Une troisième disposition opère la transposition en droit national de l'article 24 de la directive européenne relative aux droits des citoyens de l'Union européenne de circuler et de séjourner librement sur le territoire des États membres, qui autorise les États d'accueil à ne pas accorder de droits à une prestation d'assistance sociale aux personnes entrées sur leur territoire pour y chercher un emploi.
Le projet de loi applique cette mesure à trois types de prestations : le revenu minimum d'insertion, ou RMI, la couverture maladie universelle, ou CMU, et les prestations familiales. Il s'agit simplement d'éviter des mouvements de population liés à de seuls effets d'aubaine. Nos voisins ont d'ailleurs tous adopté des mesures similaires.
Enfin, la dernière mesure tend à créer un mécanisme nouveau, et à certains égards inédit, d'aide à la réinsertion familiale et sociale des anciens migrants dans leur pays d'origine.
Il est ainsi proposé d'accorder à ces personnes une aide équivalente à la somme qu'elles auraient perçue si le minimum vieillesse était toujours exportable.
Nous comprenons parfaitement l'objectif humain de cette mesure, mais nous sommes plus réservés sur ses modalités qui soulèvent de réelles difficultés sur les plans juridique et financier. C'est pourquoi je vous ferai des propositions afin, notamment, d'éviter le risque d'une requalification de cette aide en prestation de sécurité sociale par la Cour de justice des Communautés européennes, car, dans ce cas, la France serait obligée de rétablir le caractère exportable du minimum vieillesse.

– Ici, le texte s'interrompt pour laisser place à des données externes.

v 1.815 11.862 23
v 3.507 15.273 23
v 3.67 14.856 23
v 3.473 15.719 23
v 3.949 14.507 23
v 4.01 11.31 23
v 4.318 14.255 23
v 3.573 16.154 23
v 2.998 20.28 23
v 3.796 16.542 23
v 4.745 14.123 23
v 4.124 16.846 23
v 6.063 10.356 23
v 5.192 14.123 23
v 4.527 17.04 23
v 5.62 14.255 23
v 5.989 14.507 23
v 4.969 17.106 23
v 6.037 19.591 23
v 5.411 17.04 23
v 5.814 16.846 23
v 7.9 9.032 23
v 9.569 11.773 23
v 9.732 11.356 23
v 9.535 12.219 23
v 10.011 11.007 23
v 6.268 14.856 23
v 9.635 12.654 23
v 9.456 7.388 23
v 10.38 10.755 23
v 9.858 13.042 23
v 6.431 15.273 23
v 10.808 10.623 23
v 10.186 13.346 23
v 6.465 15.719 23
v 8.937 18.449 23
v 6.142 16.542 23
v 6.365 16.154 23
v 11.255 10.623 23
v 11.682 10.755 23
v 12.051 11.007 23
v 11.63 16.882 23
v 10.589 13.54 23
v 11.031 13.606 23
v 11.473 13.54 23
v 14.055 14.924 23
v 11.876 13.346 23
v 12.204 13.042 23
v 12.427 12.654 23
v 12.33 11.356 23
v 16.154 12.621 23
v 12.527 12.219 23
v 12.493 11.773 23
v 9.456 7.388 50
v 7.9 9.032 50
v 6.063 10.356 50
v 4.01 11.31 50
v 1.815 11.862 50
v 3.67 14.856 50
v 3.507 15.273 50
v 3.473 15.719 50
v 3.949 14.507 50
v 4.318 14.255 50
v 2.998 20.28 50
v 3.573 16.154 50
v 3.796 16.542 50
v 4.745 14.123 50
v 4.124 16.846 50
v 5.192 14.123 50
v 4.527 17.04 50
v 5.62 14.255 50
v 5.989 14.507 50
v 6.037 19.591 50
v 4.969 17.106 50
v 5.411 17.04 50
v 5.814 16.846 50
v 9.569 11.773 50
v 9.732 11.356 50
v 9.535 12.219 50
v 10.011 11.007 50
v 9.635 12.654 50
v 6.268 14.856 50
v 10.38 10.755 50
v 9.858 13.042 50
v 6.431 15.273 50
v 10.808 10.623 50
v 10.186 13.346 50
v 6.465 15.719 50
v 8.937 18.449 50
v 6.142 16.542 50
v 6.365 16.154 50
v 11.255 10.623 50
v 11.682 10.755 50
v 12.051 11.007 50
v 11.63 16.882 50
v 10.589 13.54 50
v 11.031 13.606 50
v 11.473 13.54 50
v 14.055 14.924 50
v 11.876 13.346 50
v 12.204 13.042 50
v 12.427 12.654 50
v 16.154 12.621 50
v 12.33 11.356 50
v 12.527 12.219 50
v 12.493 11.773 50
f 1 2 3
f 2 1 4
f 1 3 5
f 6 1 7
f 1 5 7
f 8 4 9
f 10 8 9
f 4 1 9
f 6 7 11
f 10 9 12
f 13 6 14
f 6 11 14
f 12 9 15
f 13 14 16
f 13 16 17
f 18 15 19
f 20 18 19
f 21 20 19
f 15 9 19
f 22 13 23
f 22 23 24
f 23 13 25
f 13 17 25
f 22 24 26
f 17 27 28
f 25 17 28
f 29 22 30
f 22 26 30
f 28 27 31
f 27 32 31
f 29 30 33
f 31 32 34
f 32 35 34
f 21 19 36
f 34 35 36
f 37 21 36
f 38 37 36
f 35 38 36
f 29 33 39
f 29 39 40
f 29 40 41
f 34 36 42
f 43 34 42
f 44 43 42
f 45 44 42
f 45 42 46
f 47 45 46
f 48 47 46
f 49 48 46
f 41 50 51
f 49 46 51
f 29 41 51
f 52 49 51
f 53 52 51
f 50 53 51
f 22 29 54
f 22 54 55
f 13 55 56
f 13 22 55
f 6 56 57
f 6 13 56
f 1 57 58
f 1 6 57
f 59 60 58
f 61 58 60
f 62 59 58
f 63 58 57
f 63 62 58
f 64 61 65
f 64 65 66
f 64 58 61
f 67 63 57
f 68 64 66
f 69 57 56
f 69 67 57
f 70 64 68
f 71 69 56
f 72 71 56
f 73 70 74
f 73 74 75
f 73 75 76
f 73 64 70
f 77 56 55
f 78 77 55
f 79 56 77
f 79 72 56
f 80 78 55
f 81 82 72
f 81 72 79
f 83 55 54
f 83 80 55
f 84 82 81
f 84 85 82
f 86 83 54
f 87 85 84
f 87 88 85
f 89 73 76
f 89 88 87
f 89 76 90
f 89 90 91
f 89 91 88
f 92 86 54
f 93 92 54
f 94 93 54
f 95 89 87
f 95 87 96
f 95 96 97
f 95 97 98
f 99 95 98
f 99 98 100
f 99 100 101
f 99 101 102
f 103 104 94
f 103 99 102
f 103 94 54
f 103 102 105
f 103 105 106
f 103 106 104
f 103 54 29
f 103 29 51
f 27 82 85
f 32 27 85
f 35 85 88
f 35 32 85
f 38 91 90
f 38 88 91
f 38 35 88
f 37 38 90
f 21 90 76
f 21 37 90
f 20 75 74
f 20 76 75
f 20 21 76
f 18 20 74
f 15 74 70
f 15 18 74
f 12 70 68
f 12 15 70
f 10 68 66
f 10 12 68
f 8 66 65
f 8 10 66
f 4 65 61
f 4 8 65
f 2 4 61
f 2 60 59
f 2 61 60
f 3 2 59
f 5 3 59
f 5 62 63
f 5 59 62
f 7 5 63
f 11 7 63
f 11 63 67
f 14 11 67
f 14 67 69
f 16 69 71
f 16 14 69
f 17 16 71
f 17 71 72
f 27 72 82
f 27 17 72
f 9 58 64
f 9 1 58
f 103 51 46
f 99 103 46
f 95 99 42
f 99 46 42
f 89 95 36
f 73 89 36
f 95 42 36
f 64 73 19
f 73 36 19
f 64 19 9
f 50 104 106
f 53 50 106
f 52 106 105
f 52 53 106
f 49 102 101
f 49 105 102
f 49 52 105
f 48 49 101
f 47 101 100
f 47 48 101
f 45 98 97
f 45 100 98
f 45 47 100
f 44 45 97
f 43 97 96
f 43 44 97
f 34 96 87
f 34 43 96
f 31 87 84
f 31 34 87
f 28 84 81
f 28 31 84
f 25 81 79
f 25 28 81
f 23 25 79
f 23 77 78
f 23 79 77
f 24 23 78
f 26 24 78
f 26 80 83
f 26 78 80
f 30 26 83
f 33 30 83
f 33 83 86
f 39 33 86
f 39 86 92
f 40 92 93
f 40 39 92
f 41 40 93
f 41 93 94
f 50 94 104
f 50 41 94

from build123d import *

# Parameters (mm, degrees)
CYLINDER860_R          = 1.5
CYLINDER860_DEPTH      = 60
CYLINDER859_R          = 1.5
CYLINDER859_DEPTH      = 60
BOX336_W               = 20
BOX336_H               = 40
BOX336_DEPTH           = 60
BOX336_PLACEMENT_ANGLE = 22
BOX410_W               = 20
BOX410_H               = 40
BOX410_DEPTH           = 60
BOX410_PLACEMENT_ANGLE = 22
BOX335_W               = 60
BOX335_H               = 40
BOX335_DEPTH           = 60
TUBE037_R              = 20.5
TUBE037_R_2            = 12
TUBE037_DEPTH          = 27
CUT468_PLACEMENT_ANGLE = 30


with BuildPart() as v_lec860:
    # Cylinder860 → Cylinder860 (new body)
    with BuildSketch(Plane(origin=(-3.5, 16, 0), x_dir=(1, 0, 0), z_dir=(0, 0, 1))):
        Circle(CYLINDER860_R)
    extrude(amount=CYLINDER860_DEPTH)


with BuildPart() as compound565:
    # Cylinder859 → Cylinder859 (new body)
    with BuildSketch(Plane(origin=(3.5, 16, 0), x_dir=(1, 0, 0), z_dir=(0, 0, 1))):
        Circle(CYLINDER859_R)
    extrude(amount=CYLINDER859_DEPTH)

    # Compound565: union Válec860
    add(v_lec860.part)


with BuildPart() as krychle336:
    # Box336 → Box336 (new body)
    with BuildSketch(Plane.XY):
        with Locations((10, 20)):
            Rectangle(BOX336_W, BOX336_H)
    extrude(amount=BOX336_DEPTH)


with BuildPart() as krychle336_1:
    # Box336 placement: moved
    add(krychle336.part.rotate(Axis((0, 0, 0), (0, 0, -1)), BOX336_PLACEMENT_ANGLE))


with BuildPart() as krychle410:
    # Box410 → Box410 (new body)
    with BuildSketch(Plane.XY):
        with Locations((10, 20)):
            Rectangle(BOX410_W, BOX410_H)
    extrude(amount=BOX410_DEPTH)


with BuildPart() as krychle410_1:
    # Box410 placement: moved
    add(krychle410.part.moved(Location((-19.32, -5.18, 0))).rotate(Axis((-19.32, -5.18, 0), (0, 0, 1)), BOX410_PLACEMENT_ANGLE))


with BuildPart() as krychle335:
    # Box335 → Box335 (new body)
    with BuildSketch(Plane(origin=(-30, -35, 0), x_dir=(1, 0, 0), z_dir=(0, 0, 1))):
        with Locations((30, 20)):
            Rectangle(BOX335_W, BOX335_H)
    extrude(amount=BOX335_DEPTH)


with BuildPart() as cut468:
    # Tube037 → Tube037 (new body)
    with BuildSketch(Plane.XY.offset(23)):
        Circle(TUBE037_R)
        Circle(TUBE037_R_2, mode=Mode.SUBTRACT)
    extrude(amount=TUBE037_DEPTH)

    # Cut355: cut Krychle335
    add(krychle335.part, mode=Mode.SUBTRACT)

    # Cut357: cut Krychle410
    add(krychle410_1.part, mode=Mode.SUBTRACT)

    # Cut358: cut Krychle336
    add(krychle336_1.part, mode=Mode.SUBTRACT)

    # Cut468: cut Compound565
    add(compound565.part, mode=Mode.SUBTRACT)


with BuildPart() as cut468_1:
    # Cut468 placement: moved
    add(cut468.part.rotate(Axis((0, 0, 0), (0, 0, -1)), CUT468_PLACEMENT_ANGLE))


solid = cut468_1.part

Pour conclure, je suis convaincu que ce texte, qui a rencontré l'adhésion de tous les acteurs associatifs et institutionnels du logement et de l'insertion, aura un effet stimulant et amplifiera les résultats déjà acquis et ceux qui sont à venir.
Je forme le voeu que chaque Français prenne la mesure de l'engagement pris par le Président de la République et le Gouvernement devant l'opinion publique.
À nous, parlementaires, de mettre en forme aujourd'hui ce texte, sans en dénaturer l'inspiration et en lui donnant l'énergie de notre confiance.
L'abbé Pierre se plaisait à dire ceci : « La politique, c'est rendre possible ce qui est nécessaire ».